# Something coming up!



## flyernut

I'm going to post this in the "S" threads as that's where I spend all my time...I'll be taking leave of this wonderful place starting April 21, as I'll be having some major surgery so I can walk again. I'll be having my left hip replaced, and then 6 weeks later, the right one. I have a thing called "avascular necrosis", meaning bone death. The bones in my legs are dying, and it affects the hip joints mostly. It's been going on now for about 8 years, and it's gotten to the point where the pain is almost unbearable. My surgeon says I'm a "tough guy" as my pain thresh-hold seems to be quite high. He says that as the femur has been ground down into the pelvic area, making me 1 1/2 inches short on the left side, which is causing a problem with a herniated disc.And so, life goes on..I won't be able to saddle up to my desk top for a few days, so rest assured, all my poor advice concerning AF locos will continue after I recupe for a while.If anyone would like my personal email, drop me a PM and I'll be happy to send it along.I'll be here lurking around until then... Loren


----------



## Big Ed

I hope all goes well and your back to new when it is all over.

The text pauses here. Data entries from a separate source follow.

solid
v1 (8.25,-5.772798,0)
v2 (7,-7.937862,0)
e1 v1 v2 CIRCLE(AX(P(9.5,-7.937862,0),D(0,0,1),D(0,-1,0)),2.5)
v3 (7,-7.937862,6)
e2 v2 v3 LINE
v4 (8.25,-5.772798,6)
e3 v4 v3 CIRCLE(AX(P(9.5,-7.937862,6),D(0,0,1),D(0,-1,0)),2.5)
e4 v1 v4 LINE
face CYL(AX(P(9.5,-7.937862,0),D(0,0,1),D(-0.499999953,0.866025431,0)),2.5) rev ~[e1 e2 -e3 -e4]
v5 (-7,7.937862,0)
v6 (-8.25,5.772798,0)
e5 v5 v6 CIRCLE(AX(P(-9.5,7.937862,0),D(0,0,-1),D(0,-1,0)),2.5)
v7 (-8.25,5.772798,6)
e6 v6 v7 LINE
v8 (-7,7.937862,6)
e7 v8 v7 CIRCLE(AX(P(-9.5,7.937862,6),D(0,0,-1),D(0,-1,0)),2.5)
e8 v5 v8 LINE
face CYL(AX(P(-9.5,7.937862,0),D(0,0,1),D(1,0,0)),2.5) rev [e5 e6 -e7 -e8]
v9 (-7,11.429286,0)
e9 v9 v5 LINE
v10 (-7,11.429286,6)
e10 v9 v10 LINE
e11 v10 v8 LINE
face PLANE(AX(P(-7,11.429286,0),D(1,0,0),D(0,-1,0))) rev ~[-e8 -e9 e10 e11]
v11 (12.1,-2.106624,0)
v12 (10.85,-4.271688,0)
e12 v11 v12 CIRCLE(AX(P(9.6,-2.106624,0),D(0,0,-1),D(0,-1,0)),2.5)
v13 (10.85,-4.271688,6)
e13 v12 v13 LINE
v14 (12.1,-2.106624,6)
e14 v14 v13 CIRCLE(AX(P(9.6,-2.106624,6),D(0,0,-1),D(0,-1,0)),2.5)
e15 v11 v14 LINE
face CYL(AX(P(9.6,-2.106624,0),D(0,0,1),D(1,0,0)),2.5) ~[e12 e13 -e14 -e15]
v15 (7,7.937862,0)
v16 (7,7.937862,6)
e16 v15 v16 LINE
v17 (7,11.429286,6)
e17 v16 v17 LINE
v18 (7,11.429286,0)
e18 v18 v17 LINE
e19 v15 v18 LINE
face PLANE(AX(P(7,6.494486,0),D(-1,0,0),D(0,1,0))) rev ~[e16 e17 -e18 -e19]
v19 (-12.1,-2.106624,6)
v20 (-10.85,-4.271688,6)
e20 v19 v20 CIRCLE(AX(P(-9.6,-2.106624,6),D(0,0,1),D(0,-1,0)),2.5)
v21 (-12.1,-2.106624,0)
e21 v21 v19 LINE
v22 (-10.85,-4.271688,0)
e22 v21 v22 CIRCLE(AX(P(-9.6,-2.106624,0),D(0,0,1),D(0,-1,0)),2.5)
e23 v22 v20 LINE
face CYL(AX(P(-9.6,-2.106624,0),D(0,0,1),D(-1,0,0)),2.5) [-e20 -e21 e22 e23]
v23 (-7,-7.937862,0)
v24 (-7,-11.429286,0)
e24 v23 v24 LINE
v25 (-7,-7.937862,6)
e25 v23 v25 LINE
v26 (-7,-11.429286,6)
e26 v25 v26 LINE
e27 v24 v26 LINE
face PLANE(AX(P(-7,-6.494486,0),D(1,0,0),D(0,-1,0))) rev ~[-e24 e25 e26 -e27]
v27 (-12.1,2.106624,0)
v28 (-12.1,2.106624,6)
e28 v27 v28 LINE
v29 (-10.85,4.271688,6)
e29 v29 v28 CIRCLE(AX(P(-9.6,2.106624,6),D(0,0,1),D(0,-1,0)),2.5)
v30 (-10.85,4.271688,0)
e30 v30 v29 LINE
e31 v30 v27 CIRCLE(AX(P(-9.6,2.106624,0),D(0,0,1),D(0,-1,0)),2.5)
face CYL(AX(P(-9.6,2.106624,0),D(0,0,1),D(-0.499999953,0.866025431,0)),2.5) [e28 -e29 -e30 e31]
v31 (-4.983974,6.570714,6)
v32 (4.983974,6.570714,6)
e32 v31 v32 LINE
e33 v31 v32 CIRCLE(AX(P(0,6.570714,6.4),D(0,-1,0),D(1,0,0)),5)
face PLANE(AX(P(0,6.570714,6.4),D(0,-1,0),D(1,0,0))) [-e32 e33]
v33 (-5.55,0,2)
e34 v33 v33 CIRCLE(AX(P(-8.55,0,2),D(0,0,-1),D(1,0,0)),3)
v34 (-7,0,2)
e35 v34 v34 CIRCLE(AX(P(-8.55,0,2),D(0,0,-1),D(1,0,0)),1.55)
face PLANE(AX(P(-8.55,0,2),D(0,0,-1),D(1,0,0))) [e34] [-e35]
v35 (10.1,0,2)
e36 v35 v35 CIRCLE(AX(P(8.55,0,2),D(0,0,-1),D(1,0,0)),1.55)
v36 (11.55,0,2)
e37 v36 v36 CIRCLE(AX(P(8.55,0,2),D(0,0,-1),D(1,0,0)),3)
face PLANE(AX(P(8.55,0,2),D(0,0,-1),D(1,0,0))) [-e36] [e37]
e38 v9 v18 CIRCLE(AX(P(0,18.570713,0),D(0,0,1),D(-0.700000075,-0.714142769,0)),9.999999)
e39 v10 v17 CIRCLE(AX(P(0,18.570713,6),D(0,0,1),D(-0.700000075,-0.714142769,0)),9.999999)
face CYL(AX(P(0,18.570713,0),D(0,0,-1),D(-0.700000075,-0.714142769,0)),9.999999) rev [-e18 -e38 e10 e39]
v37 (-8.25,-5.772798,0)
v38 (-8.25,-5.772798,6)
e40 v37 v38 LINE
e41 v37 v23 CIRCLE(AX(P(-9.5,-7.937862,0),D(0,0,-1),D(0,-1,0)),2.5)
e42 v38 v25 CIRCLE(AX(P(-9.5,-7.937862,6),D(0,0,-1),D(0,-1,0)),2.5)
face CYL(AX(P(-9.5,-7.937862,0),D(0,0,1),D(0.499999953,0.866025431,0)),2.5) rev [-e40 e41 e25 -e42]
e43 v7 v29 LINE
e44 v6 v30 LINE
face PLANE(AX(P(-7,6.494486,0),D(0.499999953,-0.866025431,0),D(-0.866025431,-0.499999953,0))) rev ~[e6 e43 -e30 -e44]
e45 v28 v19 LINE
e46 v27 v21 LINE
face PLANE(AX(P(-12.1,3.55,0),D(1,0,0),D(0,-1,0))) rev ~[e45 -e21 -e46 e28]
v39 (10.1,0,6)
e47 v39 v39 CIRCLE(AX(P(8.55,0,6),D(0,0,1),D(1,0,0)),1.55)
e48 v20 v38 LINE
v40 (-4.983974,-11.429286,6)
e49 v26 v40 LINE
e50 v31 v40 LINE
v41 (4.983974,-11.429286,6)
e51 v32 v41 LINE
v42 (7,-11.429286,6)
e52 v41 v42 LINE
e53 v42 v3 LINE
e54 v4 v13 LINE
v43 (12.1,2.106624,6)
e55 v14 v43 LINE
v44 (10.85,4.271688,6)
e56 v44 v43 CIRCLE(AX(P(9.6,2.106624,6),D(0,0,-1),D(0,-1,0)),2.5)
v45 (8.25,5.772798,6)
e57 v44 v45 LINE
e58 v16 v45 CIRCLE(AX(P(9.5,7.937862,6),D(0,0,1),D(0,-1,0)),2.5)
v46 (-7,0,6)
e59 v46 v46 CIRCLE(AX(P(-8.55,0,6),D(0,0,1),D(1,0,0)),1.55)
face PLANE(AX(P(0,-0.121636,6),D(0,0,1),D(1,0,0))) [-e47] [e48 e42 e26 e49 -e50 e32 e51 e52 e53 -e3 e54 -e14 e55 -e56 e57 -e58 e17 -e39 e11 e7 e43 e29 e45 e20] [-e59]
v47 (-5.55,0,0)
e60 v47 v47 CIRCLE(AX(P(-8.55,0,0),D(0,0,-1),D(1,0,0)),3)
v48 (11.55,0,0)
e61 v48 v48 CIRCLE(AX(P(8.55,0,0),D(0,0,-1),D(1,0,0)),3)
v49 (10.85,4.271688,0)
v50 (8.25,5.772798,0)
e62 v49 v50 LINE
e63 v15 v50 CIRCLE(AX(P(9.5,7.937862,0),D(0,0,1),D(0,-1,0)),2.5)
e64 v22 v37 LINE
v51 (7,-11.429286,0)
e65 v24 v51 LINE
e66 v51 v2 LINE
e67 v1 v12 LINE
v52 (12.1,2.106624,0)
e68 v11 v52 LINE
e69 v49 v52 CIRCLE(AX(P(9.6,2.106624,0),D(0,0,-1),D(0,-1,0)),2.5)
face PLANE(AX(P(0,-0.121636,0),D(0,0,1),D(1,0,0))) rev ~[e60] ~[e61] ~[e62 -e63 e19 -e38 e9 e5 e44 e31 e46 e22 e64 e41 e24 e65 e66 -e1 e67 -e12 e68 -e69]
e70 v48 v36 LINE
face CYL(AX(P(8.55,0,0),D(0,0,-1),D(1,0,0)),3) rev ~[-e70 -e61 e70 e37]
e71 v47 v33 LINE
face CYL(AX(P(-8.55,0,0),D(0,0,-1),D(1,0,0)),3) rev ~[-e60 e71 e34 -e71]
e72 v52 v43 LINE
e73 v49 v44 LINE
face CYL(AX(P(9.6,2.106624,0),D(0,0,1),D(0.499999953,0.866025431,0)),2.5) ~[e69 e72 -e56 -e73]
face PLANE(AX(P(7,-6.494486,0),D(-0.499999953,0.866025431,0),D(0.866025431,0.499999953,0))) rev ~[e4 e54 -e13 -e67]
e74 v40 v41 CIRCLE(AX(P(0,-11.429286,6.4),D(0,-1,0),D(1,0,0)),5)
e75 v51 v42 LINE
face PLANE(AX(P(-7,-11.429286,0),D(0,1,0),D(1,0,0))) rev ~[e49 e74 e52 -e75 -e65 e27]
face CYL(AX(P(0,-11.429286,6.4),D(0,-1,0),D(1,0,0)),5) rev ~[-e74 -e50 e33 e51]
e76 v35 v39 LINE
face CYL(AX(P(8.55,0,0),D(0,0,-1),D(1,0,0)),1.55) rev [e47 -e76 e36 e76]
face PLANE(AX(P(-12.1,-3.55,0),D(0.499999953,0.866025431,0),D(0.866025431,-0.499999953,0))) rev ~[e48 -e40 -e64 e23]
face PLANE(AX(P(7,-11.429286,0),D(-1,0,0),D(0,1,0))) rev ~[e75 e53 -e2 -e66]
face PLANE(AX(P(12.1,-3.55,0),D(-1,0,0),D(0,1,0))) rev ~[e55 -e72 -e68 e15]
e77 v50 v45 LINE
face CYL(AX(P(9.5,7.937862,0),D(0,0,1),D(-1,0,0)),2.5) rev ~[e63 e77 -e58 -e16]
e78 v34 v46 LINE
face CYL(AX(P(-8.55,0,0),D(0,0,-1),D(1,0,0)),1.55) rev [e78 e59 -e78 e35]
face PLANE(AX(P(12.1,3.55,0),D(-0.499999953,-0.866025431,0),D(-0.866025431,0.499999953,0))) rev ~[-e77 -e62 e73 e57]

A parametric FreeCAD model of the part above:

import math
import FreeCAD as App
import Part
import Sketcher
Q = App.Units.Quantity


def edges_at(feature, points):
    """Names of the edges that pass closest to the given points."""
    edges = feature.Shape.Edges
    near = lambda p: min(range(len(edges)), key=lambda i: edges[i].distToShape(Part.Vertex(*p))[0])
    return sorted({f"Edge{near(p) + 1}" for p in points})

doc = App.newDocument("Part")
body = doc.addObject("PartDesign::Body", "Body")

# Sketch on XY plane
sketch1 = body.newObject("Sketcher::SketchObject", "Sketch")
sketch1.AttachmentSupport = (doc.getObject("XY_Plane"), [""])
sketch1.MapMode = "FlatFace"
sketch1.addGeometry(Part.LineSegment(App.Vector(-7, 11.4, 0), App.Vector(-7, 6.5, 0)), False)
sketch1.addGeometry(Part.LineSegment(App.Vector(-7, 6.5, 0), App.Vector(-12.1, 3.5, 0)), False)
sketch1.addGeometry(Part.LineSegment(App.Vector(-12.1, 3.5, 0), App.Vector(-12.1, -3.5, 0)), False)
sketch1.addGeometry(Part.LineSegment(App.Vector(-12.1, -3.5, 0), App.Vector(-7, -6.5, 0)), False)
sketch1.addGeometry(Part.LineSegment(App.Vector(-7, -6.5, 0), App.Vector(-7, -11.4, 0)), False)
sketch1.addGeometry(Part.LineSegment(App.Vector(-7, -11.4, 0), App.Vector(7, -11.4, 0)), False)
sketch1.addGeometry(Part.LineSegment(App.Vector(7, -11.4, 0), App.Vector(7, -6.5, 0)), False)
sketch1.addGeometry(Part.LineSegment(App.Vector(7, -6.5, 0), App.Vector(12.1, -3.5, 0)), False)
sketch1.addGeometry(Part.LineSegment(App.Vector(12.1, -3.5, 0), App.Vector(12.1, 3.5, 0)), False)
sketch1.addGeometry(Part.LineSegment(App.Vector(12.1, 3.5, 0), App.Vector(7, 6.5, 0)), False)
sketch1.addGeometry(Part.LineSegment(App.Vector(7, 6.5, 0), App.Vector(7, 11.4, 0)), False)
sketch1.addGeometry(Part.ArcOfCircle(Part.Circle(App.Vector(0, 18.6, 0), App.Vector(0, 0, 1), 10), math.radians(-134), math.radians(-46)), False)
sketch1.addGeometry(Part.Circle(App.Vector(-8.6, 0, 0), App.Vector(0, 0, 1), 1.6), False)
sketch1.addGeometry(Part.Circle(App.Vector(8.6, 0, 0), App.Vector(0, 0, 1), 1.6), False)
sketch1.addConstraint(Sketcher.Constraint("Coincident", 0, 2, 1, 1))
sketch1.addConstraint(Sketcher.Constraint("Coincident", 1, 2, 2, 1))
sketch1.addConstraint(Sketcher.Constraint("Coincident", 2, 2, 3, 1))
sketch1.addConstraint(Sketcher.Constraint("Coincident", 3, 2, 4, 1))
sketch1.addConstraint(Sketcher.Constraint("Coincident", 4, 2, 5, 1))
sketch1.addConstraint(Sketcher.Constraint("Coincident", 5, 2, 6, 1))
sketch1.addConstraint(Sketcher.Constraint("Coincident", 6, 2, 7, 1))
sketch1.addConstraint(Sketcher.Constraint("Coincident", 7, 2, 8, 1))
sketch1.addConstraint(Sketcher.Constraint("Coincident", 8, 2, 9, 1))
sketch1.addConstraint(Sketcher.Constraint("Coincident", 9, 2, 10, 1))
sketch1.addConstraint(Sketcher.Constraint("Coincident", 10, 2, 11, 2))
sketch1.addConstraint(Sketcher.Constraint("Coincident", 11, 1, 0, 1))
sketch1.addConstraint(Sketcher.Constraint("Vertical", 0))
sketch1.addConstraint(Sketcher.Constraint("Vertical", 2))
sketch1.addConstraint(Sketcher.Constraint("Vertical", 4))
sketch1.addConstraint(Sketcher.Constraint("Horizontal", 5))
sketch1.addConstraint(Sketcher.Constraint("Vertical", 6))
sketch1.addConstraint(Sketcher.Constraint("Vertical", 8))
sketch1.addConstraint(Sketcher.Constraint("Vertical", 10))
sketch1.addConstraint(Sketcher.Constraint("Equal", 12, 13))
sketch1.addConstraint(Sketcher.Constraint("Symmetric", 12, 3, 13, 3, -1, 1))
sketch1.addConstraint(Sketcher.Constraint("Symmetric", 0, 2, 6, 2, -1, 1))
sketch1.addConstraint(Sketcher.Constraint("Symmetric", 1, 2, 7, 2, -1, 1))
sketch1.addConstraint(Sketcher.Constraint("Symmetric", 3, 2, 9, 2, -1, 1))
sketch1.addConstraint(Sketcher.Constraint("Symmetric", 3, 2, 6, 2, -2))
sketch1.addConstraint(Sketcher.Constraint("PointOnObject", 11, 3, -2))
sketch1.addConstraint(Sketcher.Constraint("PointOnObject", 12, 3, -1))
sketch1.addConstraint(Sketcher.Constraint("Parallel", 3, 9))
sketch1.addConstraint(Sketcher.Constraint("Horizontal", 2, 2, 7, 2))
sketch1.addConstraint(Sketcher.Constraint("Equal", 0, 4))
sketch1.addConstraint(Sketcher.Constraint("Radius", 11, 9.999999))
sketch1.addConstraint(Sketcher.Constraint("Diameter", 12, 3.1))
sketch1.addConstraint(Sketcher.Constraint("DistanceX", 5, 1, 5, 2, 14.0))
sketch1.addConstraint(Sketcher.Constraint("Angle", 1, Q("-150.000003 deg")))
sketch1.addConstraint(Sketcher.Constraint("DistanceY", 2, 2, 2, 1, 7.1))
sketch1.addConstraint(Sketcher.Constraint("DistanceX", 1, 2, -1, 1, 12.1))
sketch1.addConstraint(Sketcher.Constraint("DistanceX", 12, 3, 13, 3, 17.1))
sketch1.addConstraint(Sketcher.Constraint("DistanceY", 0, 2, 0, 1, 4.9348))
pad1 = body.newObject("PartDesign::Pad", "Pad")
pad1.Profile = sketch1
pad1.Length = 6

Don't you have a laptop to view while your down?


----------



## Aflyer

Flyernut,

I have enjoyed our posting back and forth, and appreciate all the good information you provide.

Hope your recovery is fast and easy, I have another friend who had both hips done but almost a year apart. He is doing fine and much more comfortable after the replacements.

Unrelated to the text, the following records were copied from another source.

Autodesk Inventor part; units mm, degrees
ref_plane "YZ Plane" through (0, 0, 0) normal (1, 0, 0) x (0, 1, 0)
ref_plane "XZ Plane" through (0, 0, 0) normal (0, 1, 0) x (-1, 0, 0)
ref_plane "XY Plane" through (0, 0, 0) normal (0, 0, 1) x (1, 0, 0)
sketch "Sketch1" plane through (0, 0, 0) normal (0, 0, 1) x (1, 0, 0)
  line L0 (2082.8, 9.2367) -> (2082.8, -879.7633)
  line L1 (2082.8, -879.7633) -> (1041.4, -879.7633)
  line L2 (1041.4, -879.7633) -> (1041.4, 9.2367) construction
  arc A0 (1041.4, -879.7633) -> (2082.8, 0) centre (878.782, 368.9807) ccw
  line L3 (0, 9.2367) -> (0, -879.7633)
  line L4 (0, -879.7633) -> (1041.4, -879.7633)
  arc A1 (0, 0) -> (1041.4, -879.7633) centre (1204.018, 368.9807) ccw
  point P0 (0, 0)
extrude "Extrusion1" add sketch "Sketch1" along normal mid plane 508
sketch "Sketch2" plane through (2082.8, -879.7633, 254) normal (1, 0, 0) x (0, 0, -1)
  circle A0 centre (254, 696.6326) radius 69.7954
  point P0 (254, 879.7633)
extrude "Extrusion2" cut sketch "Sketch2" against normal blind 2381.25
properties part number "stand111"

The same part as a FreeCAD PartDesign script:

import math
import FreeCAD as App
import Part
import Sketcher

V = App.Vector
Q = App.Units.Quantity

doc = App.newDocument("Part")
body = doc.addObject("PartDesign::Body", "Body")
body.AllowCompound = True

sketch1 = doc.addObject("Sketcher::SketchObject", "Sketch")
body.addObject(sketch1)
sketch1.AttachmentSupport = (doc.XY_Plane, [""])
sketch1.MapMode = "FlatFace"
sketch1.addGeometry([
    Part.LineSegment(V(0, -880, 0), V(1041, -880, 0)),
    Part.ArcOfCircle(Part.Circle(V(1204, 369, 0), V(0, 0, 1), 1259), math.radians(-163), math.radians(-97)),
    Part.LineSegment(V(0, 0, 0), V(0, -880, 0)),
    Part.LineSegment(V(2083, -880, 0), V(2083, 0, 0)),
    Part.ArcOfCircle(Part.Circle(V(879, 369, 0), V(0, 0, 1), 1259), math.radians(-83), math.radians(-17)),
    Part.LineSegment(V(1041, -880, 0), V(2083, -880, 0)),
], False)
sketch1.addConstraint([
    Sketcher.Constraint("Coincident", 0, 2, 1, 2),
    Sketcher.Constraint("Coincident", 1, 1, 2, 1),
    Sketcher.Constraint("Coincident", 2, 2, 0, 1),
    Sketcher.Constraint("Coincident", 3, 2, 4, 2),
    Sketcher.Constraint("Coincident", 4, 1, 5, 1),
    Sketcher.Constraint("Coincident", 5, 2, 3, 1),
    Sketcher.Constraint("Horizontal", 0),
    Sketcher.Constraint("Vertical", 2),
    Sketcher.Constraint("Vertical", 3),
    Sketcher.Constraint("Horizontal", 5),
    Sketcher.Constraint("Equal", 1, 4),
    Sketcher.Constraint("PointOnObject", 2, 2, -2),
    Sketcher.Constraint("PointOnObject", 3, 2, -1),
    Sketcher.Constraint("Horizontal", 1, 3, 4, 3),
    Sketcher.Constraint("Equal", 0, 5),
    Sketcher.Constraint("Equal", 2, 3),
    Sketcher.Constraint("DistanceX", 0, 1, 0, 2, Q("41 in")),
    Sketcher.Constraint("DistanceX", -1, 1, 3, 2, Q("82 in")),
    Sketcher.Constraint("Radius", 1, Q("1259.288 mm")),
    Sketcher.Constraint("DistanceY", 2, 2, 2, 1, Q("879.7633 mm")),
])
pad1 = doc.addObject("PartDesign::Pad", "Pad")
body.addObject(pad1)
pad1.Profile = sketch1
pad1.Length = Q("20 in")
pad1.Midplane = True

sketch2 = doc.addObject("Sketcher::SketchObject", "Sketch001")
body.addObject(sketch2)
sketch2.AttachmentSupport = (doc.YZ_Plane, [""])
sketch2.MapMode = "FlatFace"
sketch2.AttachmentOffset = App.Placement(V(0, 0, 82 * 25.4), App.Rotation())
sketch2.addGeometry(Part.Circle(V(-183, 0, 0), V(0, 0, 1), 70), False)
sketch2.addConstraint([
    Sketcher.Constraint("PointOnObject", 0, 3, -1),
    Sketcher.Constraint("Diameter", 0, Q("5.4957 in")),
    Sketcher.Constraint("DistanceX", 0, 3, -1, 1, Q("183.1307 mm")),
])
pocket1 = doc.addObject("PartDesign::Pocket", "Pocket")
body.addObject(pocket1)
pocket1.Profile = sketch2
pocket1.Length = Q("93.75 in")

doc.recompute()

Looking forward to your quick return to the Forum,
Aflyer


----------



## flyernut

big ed said:


> I hope all goes well and your back to new when it is all over.
> 
> Don't you have a laptop to view while your down?

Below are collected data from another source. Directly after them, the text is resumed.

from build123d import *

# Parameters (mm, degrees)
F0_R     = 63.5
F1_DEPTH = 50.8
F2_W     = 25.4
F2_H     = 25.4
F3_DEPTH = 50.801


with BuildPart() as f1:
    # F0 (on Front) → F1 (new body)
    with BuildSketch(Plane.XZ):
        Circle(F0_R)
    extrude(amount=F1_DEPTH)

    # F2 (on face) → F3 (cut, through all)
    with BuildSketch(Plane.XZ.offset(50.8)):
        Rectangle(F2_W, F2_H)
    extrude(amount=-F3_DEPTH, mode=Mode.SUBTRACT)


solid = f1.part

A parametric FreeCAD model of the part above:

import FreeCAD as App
import Part
import Sketcher
Q = App.Units.Quantity

doc = App.newDocument("Part")
body = doc.addObject("PartDesign::Body", "Body")

sketch1 = doc.addObject("Sketcher::SketchObject", "Sketch")
body.addObject(sketch1)
sketch1.AttachmentSupport = (doc.XZ_Plane, [""])
sketch1.MapMode = "FlatFace"
sketch1.addGeometry(Part.Circle(App.Vector(0, 0, 0), App.Vector(0, 0, 1), 63.5), False)
sketch1.addConstraint(Sketcher.Constraint("Coincident", 0, 3, -1, 1))
sketch1.addConstraint(Sketcher.Constraint("Diameter", 0, Q("5 in")))
pad1 = doc.addObject("PartDesign::Pad", "Pad")
body.addObject(pad1)
pad1.Profile = sketch1
pad1.Length = Q("2 in")

sketch2 = doc.addObject("Sketcher::SketchObject", "Sketch001")
body.addObject(sketch2)
sketch2.AttachmentSupport = (doc.XZ_Plane, [""])
sketch2.MapMode = "FlatFace"
sketch2.AttachmentOffset = App.Placement(App.Vector(0, 0, 2 * 25.4), App.Rotation())
sketch2.addGeometry(Part.LineSegment(App.Vector(-12.7, 12.7, 0), App.Vector(-12.7, -12.7, 0)), False)
sketch2.addGeometry(Part.LineSegment(App.Vector(-12.7, -12.7, 0), App.Vector(12.7, -12.7, 0)), False)
sketch2.addGeometry(Part.LineSegment(App.Vector(12.7, -12.7, 0), App.Vector(12.7, 12.7, 0)), False)
sketch2.addGeometry(Part.LineSegment(App.Vector(12.7, 12.7, 0), App.Vector(-12.7, 12.7, 0)), False)
sketch2.addConstraint(Sketcher.Constraint("Coincident", 0, 2, 1, 1))
sketch2.addConstraint(Sketcher.Constraint("Coincident", 1, 2, 2, 1))
sketch2.addConstraint(Sketcher.Constraint("Coincident", 2, 2, 3, 1))
sketch2.addConstraint(Sketcher.Constraint("Coincident", 3, 2, 0, 1))
sketch2.addConstraint(Sketcher.Constraint("Vertical", 0))
sketch2.addConstraint(Sketcher.Constraint("Horizontal", 1))
sketch2.addConstraint(Sketcher.Constraint("Vertical", 2))
sketch2.addConstraint(Sketcher.Constraint("Horizontal", 3))
sketch2.addConstraint(Sketcher.Constraint("Symmetric", 0, 2, 2, 2, -1, 1))
sketch2.addConstraint(Sketcher.Constraint("Equal", 3, 0))
sketch2.addConstraint(Sketcher.Constraint("DistanceX", 1, 1, 1, 2, Q("1 in")))
pocket1 = doc.addObject("PartDesign::Pocket", "Pocket")
body.addObject(pocket1)
pocket1.Profile = sketch2
pocket1.Type = "ThroughAll"

doc.recompute()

No lap-top, and now no money to buy one. The wife got laid off Tuesday after 31 years at the same company.


----------



## Big Ed

flyernut said:


> No lap-top, and now no money to buy one. The wife got laid off Tuesday after 31 years at the same company.


If you ask me most companies suck now a days!
They are out for profit only, no thoughts about their workers it is all about money!
Corporate greed!
They will replace her with someone cheaper I bet, tell her to watch them she must have someone inside to let her know what is going on.

Any chance they might call her back you think?


----------



## dc57

Hi flyernut,

I wish you the best of luck with your surgery. We will keep you in our prayers.

Take care
Don


----------



## carinofranco

Hi, best of luck with your surgery and recovery. BTW, my doctor told me 6 years ago that I had necrosis in my knee and that it would eventually have to be replaced. so far, it is OK, but I fear that it will eventually have to go. Too bad...I wanted to go through life with everything I started out with.


----------



## Strummer

Aflyer said:


> Flyernut,
> 
> ....... and appreciate all the good information you provide.
> 
> Hope your recovery is fast and easy...
> 
> Looking forward to your quick return to the Forum,
> Aflyer


Me,too.

Mark in Oregon


----------



## kix662003

Best wishes, Flyernut. Hope and pray that everything goes better than expected and that you're pain free soon! Sorry to hear about the Mrs. losing her job. Better days ahead.


----------



## gunrunnerjohn

That sounds painful, my best wishes for a speedy recovery! It's a bummer about your wife getting laid off as well, it seems that bad news comes in bunches!


----------



## ontario mainline

hey nut, you take care of your self. that way maybe we can get hit, another show together.

Ron


----------



## flyernut

gunrunnerjohn said:


> That sounds painful, my best wishes for a speedy recovery! It's a bummer about your wife getting laid off as well, it seems that bad news comes in bunches!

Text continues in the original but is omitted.